_EXERCISE REQUIREMENTS:_
Please quote exactly the lines below from the line containing "v -36.898 22.059 3.75" to the line containing "v -32.15 21.703 3.75", both lines included, and nothing else.

_Records excerpted from a collection:_
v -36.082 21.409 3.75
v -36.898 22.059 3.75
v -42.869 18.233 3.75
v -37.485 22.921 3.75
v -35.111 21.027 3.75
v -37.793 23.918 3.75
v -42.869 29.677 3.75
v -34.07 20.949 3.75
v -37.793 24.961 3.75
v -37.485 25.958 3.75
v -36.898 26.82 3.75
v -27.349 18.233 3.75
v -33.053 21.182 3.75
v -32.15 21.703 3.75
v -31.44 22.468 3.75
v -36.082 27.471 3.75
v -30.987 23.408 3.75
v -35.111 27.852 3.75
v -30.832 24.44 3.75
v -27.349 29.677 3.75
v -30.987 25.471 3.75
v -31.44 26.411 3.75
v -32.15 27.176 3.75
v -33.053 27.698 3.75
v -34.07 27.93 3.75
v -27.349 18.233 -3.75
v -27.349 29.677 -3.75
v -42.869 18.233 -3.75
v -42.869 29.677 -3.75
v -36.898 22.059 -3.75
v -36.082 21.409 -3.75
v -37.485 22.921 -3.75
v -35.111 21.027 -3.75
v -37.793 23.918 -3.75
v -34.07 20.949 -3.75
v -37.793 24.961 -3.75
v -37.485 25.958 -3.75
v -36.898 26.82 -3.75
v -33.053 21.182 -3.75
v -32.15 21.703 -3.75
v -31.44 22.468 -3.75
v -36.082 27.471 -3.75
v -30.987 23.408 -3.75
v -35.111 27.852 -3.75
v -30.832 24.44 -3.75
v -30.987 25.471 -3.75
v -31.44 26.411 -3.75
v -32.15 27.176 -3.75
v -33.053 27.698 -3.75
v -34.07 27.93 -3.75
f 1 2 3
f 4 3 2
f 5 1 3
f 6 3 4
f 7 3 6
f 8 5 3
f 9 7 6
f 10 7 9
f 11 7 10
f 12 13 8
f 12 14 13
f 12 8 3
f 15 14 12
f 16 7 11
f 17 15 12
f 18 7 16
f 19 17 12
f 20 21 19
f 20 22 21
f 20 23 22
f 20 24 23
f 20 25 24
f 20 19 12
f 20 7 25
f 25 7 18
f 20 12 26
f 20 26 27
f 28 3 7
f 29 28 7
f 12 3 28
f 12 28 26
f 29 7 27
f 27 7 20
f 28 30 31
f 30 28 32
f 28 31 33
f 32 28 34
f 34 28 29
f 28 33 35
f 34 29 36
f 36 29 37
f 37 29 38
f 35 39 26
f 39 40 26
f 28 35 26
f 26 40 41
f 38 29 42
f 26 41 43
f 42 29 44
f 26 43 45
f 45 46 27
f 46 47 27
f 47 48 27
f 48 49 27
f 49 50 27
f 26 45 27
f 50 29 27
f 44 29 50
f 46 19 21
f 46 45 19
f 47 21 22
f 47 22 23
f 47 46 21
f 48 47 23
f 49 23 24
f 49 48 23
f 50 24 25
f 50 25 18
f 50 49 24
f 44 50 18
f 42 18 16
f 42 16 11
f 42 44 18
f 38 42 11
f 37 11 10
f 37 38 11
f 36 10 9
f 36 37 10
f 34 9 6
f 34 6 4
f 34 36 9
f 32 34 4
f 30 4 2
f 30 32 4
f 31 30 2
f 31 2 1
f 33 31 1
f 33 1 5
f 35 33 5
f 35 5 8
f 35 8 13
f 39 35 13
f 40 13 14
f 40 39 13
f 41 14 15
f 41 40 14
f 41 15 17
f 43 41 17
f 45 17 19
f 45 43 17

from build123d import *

# Parameters (mm, degrees)
F0_W     = 15.52
F0_H     = 11.443967
F0_R     = 3.5
F1_DEPTH = 3.75


with BuildPart() as f1:
    # F0 (on Top) → F1 (new body, symmetric)
    with BuildSketch(Plane.XY):
        with Locations((-35.109139, 23.954742)):
            Rectangle(F0_W, F0_H)
        with Locations((-34.331899, 24.439655)):
            Circle(F0_R, mode=Mode.SUBTRACT)
    extrude(amount=F1_DEPTH, both=True)


solid = f1.part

_ANSWER AREA:_
v -36.898 22.059 3.75
v -42.869 18.233 3.75
v -37.485 22.921 3.75
v -35.111 21.027 3.75
v -37.793 23.918 3.75
v -42.869 29.677 3.75
v -34.07 20.949 3.75
v -37.793 24.961 3.75
v -37.485 25.958 3.75
v -36.898 26.82 3.75
v -27.349 18.233 3.75
v -33.053 21.182 3.75
v -32.15 21.703 3.75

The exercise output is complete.